• Problem details
From the entries below, copy every line holding the word "through".

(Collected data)
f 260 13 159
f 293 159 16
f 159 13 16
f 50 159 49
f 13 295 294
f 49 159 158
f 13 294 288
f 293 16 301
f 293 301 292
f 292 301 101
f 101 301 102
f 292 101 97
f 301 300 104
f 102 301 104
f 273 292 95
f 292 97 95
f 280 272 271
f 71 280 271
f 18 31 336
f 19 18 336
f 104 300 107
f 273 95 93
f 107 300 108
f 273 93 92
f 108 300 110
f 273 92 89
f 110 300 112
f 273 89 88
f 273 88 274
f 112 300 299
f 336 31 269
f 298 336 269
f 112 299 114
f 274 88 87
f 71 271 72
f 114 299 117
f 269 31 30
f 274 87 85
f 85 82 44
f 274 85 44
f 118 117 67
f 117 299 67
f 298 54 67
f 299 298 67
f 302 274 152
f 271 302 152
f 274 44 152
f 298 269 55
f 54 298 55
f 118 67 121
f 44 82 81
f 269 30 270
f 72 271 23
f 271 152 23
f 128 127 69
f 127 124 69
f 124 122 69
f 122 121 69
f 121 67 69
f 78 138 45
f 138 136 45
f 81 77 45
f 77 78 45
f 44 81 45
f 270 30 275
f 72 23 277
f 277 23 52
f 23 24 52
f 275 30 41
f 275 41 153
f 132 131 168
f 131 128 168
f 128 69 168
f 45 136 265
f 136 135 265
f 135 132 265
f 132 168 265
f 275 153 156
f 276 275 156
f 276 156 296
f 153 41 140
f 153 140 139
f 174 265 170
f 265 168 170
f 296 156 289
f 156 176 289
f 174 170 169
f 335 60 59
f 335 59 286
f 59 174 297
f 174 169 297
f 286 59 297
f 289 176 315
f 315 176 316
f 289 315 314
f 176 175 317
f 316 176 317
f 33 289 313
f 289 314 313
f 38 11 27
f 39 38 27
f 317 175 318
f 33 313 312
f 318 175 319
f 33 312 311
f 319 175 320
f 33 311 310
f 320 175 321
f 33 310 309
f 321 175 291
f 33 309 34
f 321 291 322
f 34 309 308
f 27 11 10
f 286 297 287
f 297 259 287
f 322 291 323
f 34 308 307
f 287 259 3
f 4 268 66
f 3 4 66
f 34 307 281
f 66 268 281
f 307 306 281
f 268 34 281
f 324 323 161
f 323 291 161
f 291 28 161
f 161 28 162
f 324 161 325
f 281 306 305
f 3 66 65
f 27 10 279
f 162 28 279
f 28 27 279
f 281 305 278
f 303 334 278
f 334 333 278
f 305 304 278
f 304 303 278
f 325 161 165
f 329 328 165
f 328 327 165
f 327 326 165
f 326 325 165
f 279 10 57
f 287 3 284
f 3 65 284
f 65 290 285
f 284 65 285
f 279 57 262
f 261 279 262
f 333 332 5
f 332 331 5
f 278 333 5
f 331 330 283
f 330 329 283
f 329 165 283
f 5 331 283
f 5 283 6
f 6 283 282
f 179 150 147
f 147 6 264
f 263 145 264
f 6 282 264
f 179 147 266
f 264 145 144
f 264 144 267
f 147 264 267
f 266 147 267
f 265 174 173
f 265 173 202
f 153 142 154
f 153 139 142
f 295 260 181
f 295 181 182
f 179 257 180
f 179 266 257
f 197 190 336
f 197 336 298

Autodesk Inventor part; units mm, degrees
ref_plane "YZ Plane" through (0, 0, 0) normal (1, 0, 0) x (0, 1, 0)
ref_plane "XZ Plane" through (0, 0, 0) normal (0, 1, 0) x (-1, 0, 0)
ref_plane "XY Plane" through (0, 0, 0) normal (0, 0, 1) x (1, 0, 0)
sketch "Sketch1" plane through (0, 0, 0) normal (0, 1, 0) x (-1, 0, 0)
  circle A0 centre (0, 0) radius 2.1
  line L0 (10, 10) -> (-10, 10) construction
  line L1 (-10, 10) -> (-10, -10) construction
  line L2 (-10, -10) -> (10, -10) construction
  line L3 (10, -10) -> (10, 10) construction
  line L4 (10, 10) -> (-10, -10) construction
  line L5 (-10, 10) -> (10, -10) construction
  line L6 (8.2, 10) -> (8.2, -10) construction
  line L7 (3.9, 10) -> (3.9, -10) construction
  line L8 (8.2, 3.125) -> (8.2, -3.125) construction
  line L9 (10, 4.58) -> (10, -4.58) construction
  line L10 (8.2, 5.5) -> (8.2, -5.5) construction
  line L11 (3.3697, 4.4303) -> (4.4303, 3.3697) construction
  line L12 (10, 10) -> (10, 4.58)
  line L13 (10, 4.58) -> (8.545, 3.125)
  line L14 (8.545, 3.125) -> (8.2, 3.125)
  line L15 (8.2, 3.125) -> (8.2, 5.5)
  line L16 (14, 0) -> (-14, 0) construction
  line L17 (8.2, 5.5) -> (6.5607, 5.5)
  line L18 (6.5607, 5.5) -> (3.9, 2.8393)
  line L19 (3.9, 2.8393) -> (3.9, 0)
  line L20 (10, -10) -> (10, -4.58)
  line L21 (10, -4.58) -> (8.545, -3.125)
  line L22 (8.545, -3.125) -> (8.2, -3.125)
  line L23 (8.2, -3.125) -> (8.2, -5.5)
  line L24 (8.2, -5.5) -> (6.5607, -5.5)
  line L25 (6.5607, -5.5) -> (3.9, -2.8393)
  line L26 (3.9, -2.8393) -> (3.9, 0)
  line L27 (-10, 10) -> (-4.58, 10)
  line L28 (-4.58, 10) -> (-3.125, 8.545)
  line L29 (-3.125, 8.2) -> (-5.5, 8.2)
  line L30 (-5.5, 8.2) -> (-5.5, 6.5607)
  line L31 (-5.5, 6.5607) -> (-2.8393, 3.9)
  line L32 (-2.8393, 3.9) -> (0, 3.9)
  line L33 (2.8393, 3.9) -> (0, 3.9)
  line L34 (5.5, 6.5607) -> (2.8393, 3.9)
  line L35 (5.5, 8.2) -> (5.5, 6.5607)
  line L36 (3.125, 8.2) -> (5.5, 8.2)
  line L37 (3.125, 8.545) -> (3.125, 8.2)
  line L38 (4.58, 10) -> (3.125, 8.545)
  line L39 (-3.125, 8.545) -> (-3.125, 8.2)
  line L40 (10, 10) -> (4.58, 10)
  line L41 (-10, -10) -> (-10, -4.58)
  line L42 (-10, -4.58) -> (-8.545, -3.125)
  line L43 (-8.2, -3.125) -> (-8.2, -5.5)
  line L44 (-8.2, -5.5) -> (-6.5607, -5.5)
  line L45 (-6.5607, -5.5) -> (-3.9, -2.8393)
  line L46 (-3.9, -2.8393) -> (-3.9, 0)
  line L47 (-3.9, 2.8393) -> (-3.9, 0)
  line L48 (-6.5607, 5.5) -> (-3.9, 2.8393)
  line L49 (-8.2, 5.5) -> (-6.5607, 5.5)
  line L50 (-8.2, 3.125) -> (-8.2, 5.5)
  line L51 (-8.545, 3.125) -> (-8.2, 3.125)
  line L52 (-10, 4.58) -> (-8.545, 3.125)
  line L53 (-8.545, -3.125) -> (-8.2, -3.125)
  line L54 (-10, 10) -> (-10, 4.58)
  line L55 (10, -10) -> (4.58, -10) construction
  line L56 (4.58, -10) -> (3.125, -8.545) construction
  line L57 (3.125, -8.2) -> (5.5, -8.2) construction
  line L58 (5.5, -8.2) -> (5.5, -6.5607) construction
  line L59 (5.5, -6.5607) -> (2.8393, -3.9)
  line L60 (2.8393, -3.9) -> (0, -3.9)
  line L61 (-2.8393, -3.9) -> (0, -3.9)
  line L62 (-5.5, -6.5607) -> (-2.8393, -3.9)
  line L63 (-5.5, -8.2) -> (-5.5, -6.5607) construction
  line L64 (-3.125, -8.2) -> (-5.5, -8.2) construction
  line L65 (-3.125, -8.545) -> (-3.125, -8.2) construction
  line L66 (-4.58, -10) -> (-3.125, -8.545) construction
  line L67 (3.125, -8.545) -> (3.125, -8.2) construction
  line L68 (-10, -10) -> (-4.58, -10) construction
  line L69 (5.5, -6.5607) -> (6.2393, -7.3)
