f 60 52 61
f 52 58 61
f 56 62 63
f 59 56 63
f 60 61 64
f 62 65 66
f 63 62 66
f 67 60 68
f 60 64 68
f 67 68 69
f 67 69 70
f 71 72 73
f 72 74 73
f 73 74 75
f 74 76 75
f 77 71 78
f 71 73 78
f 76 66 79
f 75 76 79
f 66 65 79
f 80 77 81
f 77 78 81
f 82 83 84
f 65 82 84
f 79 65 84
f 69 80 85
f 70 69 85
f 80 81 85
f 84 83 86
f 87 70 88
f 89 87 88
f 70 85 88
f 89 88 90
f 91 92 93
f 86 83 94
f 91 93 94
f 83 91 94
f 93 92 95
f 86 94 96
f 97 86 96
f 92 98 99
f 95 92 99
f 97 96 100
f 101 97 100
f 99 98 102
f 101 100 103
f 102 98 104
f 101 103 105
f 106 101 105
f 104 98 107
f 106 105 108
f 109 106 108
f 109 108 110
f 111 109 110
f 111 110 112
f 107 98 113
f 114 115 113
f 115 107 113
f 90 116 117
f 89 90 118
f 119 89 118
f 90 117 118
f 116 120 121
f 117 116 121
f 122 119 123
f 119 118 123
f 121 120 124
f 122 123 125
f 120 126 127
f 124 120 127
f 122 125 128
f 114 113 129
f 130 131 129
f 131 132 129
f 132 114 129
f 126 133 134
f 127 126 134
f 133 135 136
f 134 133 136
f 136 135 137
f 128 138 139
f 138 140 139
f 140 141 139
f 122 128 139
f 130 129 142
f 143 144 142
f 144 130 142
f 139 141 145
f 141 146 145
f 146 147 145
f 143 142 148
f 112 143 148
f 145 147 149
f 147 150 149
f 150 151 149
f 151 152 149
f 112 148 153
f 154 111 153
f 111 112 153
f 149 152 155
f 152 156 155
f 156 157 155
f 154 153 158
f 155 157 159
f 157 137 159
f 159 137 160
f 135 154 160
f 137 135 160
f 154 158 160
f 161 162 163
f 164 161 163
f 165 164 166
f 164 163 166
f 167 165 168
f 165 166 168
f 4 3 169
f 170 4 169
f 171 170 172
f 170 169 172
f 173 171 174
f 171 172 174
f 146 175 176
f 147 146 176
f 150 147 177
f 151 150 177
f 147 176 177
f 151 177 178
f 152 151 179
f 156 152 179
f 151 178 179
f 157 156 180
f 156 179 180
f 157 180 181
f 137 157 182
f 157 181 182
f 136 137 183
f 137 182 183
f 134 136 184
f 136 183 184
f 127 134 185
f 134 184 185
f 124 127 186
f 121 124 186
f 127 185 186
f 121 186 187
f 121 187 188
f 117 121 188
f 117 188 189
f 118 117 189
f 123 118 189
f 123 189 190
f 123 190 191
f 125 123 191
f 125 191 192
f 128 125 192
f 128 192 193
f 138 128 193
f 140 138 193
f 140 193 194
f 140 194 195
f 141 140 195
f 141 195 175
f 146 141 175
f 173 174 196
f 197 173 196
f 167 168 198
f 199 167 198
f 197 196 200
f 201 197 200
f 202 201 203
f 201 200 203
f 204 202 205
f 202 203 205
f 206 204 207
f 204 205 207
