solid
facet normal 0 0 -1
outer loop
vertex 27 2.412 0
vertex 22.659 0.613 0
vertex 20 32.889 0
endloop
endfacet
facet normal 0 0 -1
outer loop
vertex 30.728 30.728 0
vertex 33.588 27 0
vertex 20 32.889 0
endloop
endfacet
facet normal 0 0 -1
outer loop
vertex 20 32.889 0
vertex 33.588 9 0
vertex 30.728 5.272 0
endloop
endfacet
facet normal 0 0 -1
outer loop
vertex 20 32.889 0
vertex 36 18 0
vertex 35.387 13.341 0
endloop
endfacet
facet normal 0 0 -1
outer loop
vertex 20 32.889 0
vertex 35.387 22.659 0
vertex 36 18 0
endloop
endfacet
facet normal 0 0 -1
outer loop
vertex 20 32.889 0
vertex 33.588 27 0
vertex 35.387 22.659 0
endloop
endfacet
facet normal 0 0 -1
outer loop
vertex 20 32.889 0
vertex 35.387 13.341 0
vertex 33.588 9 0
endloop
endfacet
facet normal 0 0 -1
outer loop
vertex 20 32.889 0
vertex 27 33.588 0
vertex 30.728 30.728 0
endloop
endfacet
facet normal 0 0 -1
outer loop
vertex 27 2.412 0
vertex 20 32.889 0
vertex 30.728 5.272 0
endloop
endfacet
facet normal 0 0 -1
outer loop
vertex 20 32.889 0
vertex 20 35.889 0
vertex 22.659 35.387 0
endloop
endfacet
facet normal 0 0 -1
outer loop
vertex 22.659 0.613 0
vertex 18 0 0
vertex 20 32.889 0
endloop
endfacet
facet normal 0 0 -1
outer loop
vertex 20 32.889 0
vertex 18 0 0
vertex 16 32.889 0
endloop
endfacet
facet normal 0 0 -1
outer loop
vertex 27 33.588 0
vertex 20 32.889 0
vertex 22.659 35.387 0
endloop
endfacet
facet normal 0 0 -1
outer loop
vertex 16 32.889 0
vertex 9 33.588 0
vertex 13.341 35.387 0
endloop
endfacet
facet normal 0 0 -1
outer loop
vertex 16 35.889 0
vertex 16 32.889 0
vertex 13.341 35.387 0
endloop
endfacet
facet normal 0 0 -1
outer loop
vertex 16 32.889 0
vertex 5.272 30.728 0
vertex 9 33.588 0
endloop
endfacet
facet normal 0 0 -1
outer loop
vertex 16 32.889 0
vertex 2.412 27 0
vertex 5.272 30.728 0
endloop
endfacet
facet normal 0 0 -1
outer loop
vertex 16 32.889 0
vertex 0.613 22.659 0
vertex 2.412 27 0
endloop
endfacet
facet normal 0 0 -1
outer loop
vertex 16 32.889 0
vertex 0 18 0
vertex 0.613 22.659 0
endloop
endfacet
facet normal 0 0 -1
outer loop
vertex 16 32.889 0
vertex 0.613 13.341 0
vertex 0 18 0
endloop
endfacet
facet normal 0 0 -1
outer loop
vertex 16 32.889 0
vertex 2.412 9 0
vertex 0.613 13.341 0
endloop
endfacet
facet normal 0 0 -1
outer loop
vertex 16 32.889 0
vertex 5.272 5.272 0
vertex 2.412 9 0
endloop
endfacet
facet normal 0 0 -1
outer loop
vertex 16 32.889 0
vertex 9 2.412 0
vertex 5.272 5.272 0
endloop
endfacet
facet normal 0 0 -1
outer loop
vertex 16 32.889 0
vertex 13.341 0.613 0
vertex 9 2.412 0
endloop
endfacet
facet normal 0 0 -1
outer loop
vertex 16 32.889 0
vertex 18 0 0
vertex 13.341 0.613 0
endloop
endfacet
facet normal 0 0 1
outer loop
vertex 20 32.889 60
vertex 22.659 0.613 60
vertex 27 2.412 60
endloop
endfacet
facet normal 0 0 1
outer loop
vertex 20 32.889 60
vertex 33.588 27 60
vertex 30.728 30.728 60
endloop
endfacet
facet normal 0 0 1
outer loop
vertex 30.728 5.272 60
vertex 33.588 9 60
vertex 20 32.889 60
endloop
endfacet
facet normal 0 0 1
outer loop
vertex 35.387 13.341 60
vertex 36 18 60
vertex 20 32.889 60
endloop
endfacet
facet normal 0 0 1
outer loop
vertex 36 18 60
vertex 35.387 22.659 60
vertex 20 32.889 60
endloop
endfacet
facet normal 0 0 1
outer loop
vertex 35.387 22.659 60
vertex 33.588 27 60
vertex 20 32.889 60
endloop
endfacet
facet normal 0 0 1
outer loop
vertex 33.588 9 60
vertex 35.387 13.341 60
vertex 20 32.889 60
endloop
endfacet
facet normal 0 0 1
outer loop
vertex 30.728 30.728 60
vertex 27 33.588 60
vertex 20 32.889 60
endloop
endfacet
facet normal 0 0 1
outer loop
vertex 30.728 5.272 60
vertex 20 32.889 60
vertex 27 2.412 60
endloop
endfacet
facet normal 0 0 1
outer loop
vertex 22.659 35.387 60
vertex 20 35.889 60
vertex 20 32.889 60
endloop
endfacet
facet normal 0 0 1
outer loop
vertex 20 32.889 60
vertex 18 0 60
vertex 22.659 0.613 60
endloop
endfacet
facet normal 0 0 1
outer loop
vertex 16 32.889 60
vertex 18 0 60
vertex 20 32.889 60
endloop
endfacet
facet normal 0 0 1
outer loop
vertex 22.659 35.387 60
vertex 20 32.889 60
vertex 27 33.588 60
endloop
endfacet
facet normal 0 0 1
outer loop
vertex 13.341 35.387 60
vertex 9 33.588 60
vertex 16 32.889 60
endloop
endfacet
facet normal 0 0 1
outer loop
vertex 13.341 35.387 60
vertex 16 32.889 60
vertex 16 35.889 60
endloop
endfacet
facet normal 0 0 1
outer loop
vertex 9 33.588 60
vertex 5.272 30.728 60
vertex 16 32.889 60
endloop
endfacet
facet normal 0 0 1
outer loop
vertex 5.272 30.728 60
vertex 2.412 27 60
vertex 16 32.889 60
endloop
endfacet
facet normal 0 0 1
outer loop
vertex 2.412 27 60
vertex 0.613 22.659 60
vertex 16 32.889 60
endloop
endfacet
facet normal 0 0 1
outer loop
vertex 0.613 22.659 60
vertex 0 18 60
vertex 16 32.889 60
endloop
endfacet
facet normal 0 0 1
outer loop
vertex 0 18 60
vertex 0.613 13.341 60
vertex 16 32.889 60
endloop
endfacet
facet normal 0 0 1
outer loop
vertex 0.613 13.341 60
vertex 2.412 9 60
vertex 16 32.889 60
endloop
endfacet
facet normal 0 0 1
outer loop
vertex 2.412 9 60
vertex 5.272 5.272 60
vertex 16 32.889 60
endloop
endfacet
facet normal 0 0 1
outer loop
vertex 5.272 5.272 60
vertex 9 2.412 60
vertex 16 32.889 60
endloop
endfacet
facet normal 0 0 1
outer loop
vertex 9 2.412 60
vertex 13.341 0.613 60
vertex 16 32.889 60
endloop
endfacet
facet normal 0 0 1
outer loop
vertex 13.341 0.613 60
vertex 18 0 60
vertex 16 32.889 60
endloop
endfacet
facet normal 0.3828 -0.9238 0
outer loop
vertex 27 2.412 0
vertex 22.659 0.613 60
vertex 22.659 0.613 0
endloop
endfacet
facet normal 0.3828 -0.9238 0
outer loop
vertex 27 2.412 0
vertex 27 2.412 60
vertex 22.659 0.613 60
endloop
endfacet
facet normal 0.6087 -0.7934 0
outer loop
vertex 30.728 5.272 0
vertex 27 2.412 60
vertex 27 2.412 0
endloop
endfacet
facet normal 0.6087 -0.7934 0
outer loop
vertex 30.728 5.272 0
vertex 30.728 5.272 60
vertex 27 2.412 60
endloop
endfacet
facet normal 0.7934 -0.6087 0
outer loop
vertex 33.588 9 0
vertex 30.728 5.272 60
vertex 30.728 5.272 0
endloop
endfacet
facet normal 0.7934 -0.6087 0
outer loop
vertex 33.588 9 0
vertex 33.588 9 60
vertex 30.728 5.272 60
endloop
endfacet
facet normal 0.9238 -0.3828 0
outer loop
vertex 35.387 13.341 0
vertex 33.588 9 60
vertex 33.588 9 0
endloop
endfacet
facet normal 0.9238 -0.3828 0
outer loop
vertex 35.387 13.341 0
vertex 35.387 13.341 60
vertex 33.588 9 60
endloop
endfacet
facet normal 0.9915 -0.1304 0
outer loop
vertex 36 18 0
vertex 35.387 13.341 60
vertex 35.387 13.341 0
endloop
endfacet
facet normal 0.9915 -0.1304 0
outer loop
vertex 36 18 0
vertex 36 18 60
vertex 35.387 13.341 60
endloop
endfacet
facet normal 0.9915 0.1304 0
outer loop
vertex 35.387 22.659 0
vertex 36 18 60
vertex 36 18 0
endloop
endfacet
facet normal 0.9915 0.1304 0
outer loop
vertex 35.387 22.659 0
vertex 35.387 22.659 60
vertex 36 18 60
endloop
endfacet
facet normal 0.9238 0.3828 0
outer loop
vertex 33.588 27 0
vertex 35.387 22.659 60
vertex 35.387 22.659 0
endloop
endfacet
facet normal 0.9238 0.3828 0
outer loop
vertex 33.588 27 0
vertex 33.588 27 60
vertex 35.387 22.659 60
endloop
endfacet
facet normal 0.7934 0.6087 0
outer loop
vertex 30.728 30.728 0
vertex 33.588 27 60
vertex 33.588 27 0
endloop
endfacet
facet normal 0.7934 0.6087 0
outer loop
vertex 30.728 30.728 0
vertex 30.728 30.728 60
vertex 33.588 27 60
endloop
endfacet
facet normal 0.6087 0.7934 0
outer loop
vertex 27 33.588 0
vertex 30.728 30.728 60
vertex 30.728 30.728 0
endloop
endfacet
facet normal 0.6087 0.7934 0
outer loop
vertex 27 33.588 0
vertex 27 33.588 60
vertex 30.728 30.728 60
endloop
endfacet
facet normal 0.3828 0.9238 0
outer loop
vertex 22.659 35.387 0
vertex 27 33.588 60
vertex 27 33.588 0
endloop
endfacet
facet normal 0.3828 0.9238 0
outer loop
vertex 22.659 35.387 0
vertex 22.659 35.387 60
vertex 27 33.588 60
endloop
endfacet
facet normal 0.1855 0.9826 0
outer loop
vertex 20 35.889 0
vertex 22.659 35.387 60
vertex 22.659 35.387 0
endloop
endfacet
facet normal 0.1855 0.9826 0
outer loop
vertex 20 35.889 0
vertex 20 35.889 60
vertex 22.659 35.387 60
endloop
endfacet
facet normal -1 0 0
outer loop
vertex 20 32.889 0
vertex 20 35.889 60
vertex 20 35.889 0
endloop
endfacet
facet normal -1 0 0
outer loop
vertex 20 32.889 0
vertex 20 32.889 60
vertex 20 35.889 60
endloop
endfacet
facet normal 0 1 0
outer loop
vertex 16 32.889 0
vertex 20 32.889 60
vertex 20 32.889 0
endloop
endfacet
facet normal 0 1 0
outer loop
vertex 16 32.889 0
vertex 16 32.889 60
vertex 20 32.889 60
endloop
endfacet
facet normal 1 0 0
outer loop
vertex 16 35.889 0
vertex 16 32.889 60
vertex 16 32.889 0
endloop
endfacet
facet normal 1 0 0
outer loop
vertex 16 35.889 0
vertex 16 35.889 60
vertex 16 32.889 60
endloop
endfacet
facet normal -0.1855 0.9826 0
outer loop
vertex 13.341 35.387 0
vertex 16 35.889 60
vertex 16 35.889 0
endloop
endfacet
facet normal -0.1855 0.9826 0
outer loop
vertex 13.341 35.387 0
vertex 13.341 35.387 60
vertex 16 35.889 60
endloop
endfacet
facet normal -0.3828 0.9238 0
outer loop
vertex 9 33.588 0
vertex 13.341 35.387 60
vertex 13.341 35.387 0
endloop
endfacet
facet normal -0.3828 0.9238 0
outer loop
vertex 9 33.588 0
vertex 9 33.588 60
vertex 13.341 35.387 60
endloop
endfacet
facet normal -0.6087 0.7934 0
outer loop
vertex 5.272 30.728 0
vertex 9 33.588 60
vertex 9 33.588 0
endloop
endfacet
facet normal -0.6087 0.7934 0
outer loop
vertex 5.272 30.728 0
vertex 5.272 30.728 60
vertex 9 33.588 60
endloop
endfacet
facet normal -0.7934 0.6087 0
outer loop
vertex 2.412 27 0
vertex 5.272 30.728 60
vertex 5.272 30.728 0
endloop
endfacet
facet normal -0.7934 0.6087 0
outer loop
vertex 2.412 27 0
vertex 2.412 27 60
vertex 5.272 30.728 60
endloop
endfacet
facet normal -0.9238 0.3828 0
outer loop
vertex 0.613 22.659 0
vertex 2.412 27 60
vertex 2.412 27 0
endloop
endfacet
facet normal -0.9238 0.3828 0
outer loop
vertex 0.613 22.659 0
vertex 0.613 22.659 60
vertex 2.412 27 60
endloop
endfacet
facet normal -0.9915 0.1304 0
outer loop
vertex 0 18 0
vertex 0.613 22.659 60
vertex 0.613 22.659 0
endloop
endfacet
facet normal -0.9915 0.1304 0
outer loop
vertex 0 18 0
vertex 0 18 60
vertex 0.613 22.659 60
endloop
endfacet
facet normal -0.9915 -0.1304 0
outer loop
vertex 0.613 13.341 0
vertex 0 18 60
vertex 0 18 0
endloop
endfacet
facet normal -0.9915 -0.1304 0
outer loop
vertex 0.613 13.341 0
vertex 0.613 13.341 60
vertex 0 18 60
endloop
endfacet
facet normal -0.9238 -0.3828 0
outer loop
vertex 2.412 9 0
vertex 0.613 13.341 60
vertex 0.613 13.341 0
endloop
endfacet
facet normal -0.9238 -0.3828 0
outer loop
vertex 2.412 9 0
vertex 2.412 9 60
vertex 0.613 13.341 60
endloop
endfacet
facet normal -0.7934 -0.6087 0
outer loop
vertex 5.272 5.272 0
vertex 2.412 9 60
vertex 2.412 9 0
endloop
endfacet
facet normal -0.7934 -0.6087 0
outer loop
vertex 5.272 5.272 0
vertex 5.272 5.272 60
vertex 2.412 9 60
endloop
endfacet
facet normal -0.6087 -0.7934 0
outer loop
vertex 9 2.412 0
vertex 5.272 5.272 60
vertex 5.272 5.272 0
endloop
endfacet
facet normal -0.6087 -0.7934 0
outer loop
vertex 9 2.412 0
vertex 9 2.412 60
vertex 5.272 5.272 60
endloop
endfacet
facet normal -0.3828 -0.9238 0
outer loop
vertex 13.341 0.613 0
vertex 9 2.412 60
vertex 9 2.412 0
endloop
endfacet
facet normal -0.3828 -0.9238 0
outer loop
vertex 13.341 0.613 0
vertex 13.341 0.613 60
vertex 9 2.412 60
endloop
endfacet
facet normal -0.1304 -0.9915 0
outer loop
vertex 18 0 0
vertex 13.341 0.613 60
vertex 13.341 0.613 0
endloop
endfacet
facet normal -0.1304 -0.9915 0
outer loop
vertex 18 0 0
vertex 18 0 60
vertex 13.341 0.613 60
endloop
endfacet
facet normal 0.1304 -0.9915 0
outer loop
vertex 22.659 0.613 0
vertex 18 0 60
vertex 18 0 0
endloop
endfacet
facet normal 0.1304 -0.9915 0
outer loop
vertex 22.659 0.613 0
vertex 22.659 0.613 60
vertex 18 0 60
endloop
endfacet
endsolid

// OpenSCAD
$fn = 32;

// ----------------------------------------------------------------------
// Keyway shaft: d36 shaft, key 4 x 3 mm
// ----------------------------------------------------------------------

// --- parameters (mm) ---
shaft_r = 18;             // shaft radius
key_w = 4;                // keyway width
key_d = 3;                // keyway depth below the surface line
plate_t = 60;             // shaft length, Z (extrusion height)
fit_tol = 0.02;           // declared fit tolerance (prompt contract)
free_tol = 0.2;           // declared free tolerance (prompt contract)

shaft_d = 2 * shaft_r;  // shaft diameter
circle_step = 15;  // polygon sampling step, degrees

profile = [[13.341, 35.387], [9, 33.588], [5.272, 30.728], [2.412, 27], [0.613, 22.659], [0, 18], [0.613, 13.341], [2.412, 9], [5.272, 5.272], [9, 2.412], [13.341, 0.613], [18, 0], [22.659, 0.613], [27, 2.412], [30.728, 5.272], [33.588, 9], [35.387, 13.341], [36, 18], [35.387, 22.659], [33.588, 27], [30.728, 30.728], [27, 33.588], [22.659, 35.387], [20, 35.889], [20, 32.889], [16, 32.889], [16, 35.889]];  // primary outline, 27 points, counter clockwise

// --- the one profile operation ---
linear_extrude(height = plate_t) polygon(points = profile);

• Completed exercise
ref_plane "YZ Plane" through (0, 0, 0) normal (1, 0, 0) x (0, 1, 0)
ref_plane "XZ Plane" through (0, 0, 0) normal (0, 1, 0) x (-1, 0, 0)
ref_plane "XY Plane" through (0, 0, 0) normal (0, 0, 1) x (1, 0, 0)
sketch "Sketch1" plane through (0, 0, 0) normal (0, 1, 0) x (-1, 0, 0)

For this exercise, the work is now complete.